The properties of ferroic materials are dictated by their symmetry and, in particular, symmetry-breaking that results in transition to a phase that shows emergent behavior. Quasi-one-dimensional (1D) transition metal chalcogenides, composed of chains of face-sharing octahedra, have emerged as materials showing various ferroic order, which gives rise to properties such as colossal optical anisotropy, electronic phase transitions, and glass-like thermal conductivity.
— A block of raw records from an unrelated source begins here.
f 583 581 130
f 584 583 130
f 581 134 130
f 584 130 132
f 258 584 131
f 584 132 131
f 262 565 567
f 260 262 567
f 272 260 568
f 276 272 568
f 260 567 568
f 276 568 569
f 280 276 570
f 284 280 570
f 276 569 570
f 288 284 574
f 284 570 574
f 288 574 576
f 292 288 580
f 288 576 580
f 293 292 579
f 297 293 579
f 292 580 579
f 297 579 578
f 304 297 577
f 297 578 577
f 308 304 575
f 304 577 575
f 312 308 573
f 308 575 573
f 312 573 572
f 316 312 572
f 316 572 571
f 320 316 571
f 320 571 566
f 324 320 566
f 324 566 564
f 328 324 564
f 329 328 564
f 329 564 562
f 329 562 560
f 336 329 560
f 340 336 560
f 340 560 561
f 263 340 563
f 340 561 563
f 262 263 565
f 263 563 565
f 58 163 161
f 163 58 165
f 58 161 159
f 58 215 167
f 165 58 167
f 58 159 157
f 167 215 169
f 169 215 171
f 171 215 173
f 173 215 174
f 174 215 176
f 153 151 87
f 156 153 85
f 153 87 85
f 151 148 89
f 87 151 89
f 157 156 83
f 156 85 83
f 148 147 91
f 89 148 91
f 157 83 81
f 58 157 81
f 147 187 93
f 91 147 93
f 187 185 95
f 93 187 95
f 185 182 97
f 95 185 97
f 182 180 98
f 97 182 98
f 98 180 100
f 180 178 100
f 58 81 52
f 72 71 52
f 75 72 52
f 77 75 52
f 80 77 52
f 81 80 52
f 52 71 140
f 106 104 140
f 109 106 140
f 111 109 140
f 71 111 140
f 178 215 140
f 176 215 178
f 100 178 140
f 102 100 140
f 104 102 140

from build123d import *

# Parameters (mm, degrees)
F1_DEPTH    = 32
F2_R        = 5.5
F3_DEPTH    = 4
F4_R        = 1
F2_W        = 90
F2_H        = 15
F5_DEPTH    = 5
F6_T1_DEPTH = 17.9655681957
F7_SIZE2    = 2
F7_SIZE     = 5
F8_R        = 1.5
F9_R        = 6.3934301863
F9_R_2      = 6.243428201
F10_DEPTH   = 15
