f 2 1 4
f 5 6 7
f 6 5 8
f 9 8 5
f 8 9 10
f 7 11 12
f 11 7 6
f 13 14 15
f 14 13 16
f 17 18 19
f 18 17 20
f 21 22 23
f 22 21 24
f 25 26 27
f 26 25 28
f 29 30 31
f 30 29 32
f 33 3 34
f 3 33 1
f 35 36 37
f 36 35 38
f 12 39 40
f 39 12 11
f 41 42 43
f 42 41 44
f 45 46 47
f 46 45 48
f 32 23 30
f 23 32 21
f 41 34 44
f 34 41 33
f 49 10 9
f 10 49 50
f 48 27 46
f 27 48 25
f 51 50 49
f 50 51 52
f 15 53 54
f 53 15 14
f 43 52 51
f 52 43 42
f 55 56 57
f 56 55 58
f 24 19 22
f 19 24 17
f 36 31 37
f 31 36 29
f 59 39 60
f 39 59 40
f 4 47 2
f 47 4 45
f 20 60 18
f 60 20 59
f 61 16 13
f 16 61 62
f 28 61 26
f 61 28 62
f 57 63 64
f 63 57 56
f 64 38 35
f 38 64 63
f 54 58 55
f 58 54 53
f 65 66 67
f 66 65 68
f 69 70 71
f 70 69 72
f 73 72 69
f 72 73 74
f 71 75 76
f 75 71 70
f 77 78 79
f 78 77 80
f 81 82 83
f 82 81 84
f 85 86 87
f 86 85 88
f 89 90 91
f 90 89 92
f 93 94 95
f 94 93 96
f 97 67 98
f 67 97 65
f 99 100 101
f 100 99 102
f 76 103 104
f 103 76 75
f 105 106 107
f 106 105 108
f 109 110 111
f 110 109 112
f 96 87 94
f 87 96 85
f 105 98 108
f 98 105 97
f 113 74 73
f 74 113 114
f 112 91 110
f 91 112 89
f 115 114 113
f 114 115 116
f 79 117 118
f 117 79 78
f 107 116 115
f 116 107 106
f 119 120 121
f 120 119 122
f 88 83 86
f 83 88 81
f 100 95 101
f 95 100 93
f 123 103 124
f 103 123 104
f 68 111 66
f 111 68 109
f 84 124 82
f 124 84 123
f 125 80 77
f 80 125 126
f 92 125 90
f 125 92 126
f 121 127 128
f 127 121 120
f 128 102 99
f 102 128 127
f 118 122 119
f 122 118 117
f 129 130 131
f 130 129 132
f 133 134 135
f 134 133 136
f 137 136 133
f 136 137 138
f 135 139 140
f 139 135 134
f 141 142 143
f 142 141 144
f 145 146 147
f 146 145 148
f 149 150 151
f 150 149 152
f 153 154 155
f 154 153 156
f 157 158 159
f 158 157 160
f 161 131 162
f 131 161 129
In this presentation, I will discuss our group’s research efforts focused on studying the emergence of ferroic order in quasi-1D ATiS3 (where A = Ba, Sr) chalcogenides. I will present results showing a variety of ferroic structural distortions that ATiS3 chalcogenides can undergo, and the effect these distortions have on the optical, chiral and polar properties. We map these subtle picoscale distortions using aberration-corrected scanning transmission electron microscope (STEM)-based imaging and monochromated electron energy loss spectroscopy. We use first-principles density-functional-theory (DFT) to calculate the effect of the structural distortions on the various physical properties [1, 2]. Specifically, I will discuss: 1) ways to achieve colossal optical anisotropy in ATiS3, 2) and the realization of a new multiferroic order that combines electric polarization with chirality.
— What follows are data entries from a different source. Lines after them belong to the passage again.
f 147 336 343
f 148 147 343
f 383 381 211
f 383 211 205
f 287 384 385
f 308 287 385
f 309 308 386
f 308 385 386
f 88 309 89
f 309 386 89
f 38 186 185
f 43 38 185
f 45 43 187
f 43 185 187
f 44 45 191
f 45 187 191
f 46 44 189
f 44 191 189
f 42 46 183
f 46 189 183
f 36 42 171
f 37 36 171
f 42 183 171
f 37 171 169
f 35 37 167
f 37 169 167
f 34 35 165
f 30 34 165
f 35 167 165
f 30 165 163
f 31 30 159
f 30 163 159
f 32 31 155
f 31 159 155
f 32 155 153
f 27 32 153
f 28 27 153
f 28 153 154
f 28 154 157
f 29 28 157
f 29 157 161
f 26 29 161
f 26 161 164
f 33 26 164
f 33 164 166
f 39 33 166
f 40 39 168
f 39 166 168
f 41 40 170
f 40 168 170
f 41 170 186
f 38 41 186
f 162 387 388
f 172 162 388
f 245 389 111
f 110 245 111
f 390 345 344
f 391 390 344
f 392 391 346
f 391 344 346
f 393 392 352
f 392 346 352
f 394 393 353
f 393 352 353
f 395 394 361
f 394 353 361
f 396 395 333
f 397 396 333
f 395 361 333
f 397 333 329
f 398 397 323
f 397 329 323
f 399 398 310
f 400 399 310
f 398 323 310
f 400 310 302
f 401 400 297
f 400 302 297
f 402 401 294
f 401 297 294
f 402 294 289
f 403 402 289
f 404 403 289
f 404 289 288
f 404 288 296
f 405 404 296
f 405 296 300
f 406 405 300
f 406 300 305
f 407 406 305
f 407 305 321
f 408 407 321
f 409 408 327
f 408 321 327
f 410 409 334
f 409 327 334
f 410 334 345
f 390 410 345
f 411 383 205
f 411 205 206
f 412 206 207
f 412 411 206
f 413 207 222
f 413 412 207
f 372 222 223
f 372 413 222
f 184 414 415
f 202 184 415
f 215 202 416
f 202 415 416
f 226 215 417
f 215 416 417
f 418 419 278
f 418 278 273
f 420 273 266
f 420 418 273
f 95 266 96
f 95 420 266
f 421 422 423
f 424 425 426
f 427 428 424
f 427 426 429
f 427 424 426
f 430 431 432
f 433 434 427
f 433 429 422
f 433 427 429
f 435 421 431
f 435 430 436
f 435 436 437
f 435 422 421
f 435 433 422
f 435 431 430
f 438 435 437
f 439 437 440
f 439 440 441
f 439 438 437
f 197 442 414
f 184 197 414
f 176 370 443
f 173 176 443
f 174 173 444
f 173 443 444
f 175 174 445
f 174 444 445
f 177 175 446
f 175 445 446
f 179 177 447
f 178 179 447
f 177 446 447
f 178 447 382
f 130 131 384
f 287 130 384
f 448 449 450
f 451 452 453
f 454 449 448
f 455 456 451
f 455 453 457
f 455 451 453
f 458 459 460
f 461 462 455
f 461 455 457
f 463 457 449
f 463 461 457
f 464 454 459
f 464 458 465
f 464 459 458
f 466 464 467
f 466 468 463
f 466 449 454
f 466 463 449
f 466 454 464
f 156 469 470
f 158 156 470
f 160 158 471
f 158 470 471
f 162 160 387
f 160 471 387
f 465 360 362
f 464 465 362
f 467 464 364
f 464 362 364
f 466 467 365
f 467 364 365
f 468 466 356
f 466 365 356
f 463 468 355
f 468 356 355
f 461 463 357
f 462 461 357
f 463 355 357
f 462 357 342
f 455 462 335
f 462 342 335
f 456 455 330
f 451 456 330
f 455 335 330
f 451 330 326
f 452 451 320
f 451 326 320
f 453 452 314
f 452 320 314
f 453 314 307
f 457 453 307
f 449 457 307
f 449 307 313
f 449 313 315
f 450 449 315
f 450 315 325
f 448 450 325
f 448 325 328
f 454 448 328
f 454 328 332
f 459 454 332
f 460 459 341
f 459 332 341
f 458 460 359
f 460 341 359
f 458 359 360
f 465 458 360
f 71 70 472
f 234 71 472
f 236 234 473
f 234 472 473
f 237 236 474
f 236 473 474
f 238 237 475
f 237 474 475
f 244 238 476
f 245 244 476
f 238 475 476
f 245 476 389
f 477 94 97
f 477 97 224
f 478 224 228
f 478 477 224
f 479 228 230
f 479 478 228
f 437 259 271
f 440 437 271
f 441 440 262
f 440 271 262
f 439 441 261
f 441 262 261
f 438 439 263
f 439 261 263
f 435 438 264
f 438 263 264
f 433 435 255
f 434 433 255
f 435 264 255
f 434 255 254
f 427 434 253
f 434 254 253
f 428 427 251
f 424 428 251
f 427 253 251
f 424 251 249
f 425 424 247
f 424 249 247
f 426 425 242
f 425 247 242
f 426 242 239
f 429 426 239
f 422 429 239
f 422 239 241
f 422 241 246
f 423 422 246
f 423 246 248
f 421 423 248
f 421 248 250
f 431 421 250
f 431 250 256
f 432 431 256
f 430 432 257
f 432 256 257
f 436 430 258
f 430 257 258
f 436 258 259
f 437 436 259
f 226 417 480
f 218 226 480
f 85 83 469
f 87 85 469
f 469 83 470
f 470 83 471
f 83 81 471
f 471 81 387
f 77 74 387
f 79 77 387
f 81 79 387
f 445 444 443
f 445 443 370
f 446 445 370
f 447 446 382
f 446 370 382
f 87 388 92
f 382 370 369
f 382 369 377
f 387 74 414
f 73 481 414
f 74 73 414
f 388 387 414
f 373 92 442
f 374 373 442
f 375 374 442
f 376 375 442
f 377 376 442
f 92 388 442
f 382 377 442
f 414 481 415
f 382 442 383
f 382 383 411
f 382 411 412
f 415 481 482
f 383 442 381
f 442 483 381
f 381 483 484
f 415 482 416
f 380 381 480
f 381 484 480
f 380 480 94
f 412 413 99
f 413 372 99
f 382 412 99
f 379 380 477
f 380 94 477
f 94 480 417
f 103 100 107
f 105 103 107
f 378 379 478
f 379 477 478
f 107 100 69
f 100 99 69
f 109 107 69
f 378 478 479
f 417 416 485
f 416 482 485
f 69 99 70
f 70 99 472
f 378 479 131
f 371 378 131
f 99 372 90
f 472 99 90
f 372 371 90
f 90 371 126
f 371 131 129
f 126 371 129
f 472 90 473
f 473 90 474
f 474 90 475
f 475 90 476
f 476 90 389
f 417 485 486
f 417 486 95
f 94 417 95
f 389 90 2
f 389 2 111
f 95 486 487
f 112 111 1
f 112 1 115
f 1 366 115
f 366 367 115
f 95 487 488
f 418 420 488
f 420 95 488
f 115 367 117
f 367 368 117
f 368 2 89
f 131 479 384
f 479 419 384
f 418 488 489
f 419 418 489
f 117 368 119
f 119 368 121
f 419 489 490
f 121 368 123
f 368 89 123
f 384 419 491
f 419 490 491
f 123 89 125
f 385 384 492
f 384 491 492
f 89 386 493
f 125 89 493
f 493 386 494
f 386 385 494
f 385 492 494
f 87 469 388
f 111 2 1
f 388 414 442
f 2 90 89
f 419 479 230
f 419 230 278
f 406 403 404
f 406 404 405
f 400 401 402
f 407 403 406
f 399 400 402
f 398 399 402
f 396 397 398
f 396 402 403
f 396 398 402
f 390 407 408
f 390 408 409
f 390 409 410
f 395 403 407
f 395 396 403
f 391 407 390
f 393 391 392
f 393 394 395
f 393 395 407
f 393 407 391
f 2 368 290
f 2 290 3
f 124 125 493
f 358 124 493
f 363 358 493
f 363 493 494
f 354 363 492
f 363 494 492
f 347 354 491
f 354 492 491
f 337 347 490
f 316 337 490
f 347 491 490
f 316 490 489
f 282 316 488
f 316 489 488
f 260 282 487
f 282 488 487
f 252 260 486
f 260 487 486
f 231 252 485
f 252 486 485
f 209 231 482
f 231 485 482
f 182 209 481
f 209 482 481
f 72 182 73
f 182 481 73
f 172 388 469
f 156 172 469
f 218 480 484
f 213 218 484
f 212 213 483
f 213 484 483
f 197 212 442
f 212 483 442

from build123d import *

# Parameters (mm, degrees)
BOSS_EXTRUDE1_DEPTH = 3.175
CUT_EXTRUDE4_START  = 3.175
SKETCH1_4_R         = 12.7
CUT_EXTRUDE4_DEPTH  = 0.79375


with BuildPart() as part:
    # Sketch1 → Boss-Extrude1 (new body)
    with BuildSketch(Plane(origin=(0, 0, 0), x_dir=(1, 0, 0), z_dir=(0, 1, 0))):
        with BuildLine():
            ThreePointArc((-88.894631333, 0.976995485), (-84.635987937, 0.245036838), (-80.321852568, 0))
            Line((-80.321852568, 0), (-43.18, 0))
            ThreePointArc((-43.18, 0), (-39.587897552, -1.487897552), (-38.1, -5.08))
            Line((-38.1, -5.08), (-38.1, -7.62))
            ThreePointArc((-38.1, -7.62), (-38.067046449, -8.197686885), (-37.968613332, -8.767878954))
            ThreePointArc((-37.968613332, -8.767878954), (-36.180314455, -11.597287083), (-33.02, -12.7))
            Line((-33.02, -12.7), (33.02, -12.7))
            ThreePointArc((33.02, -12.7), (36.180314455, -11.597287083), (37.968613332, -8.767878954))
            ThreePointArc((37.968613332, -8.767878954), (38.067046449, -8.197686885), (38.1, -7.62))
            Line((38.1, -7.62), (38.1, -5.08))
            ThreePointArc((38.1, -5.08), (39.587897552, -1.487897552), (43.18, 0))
Acknowledgements: This work was primarily supported by ARO MURI grant # W911NF-21-1-0327 and NSF through DMR-2122070, DMR-2122071 and DMR-2145797. Electron microscopy work was supported by the Center for Nanophase Materials Sciences (CNMS), which is a US Department of Energy, Office of Science User Facility at Oak Ridge National Laboratory. This work used computational resources through allocation DMR160007 from the Advanced Cyberinfrastructure Coordination Ecosystem: Services & Support (ACCESS) program.
[1] H. Mei*, G. Ren *, B. Zhao*, et al. Colossal optical anisotropy from atomic-scale modulations. Advanced Materials, 2023, 2303588.
[2] B. Zhao*, G. Ren*, H. Mei, et al. Giant Modulation of Refractive Index from Picoscale Atomic Displacements. Advanced Materials (Accepted).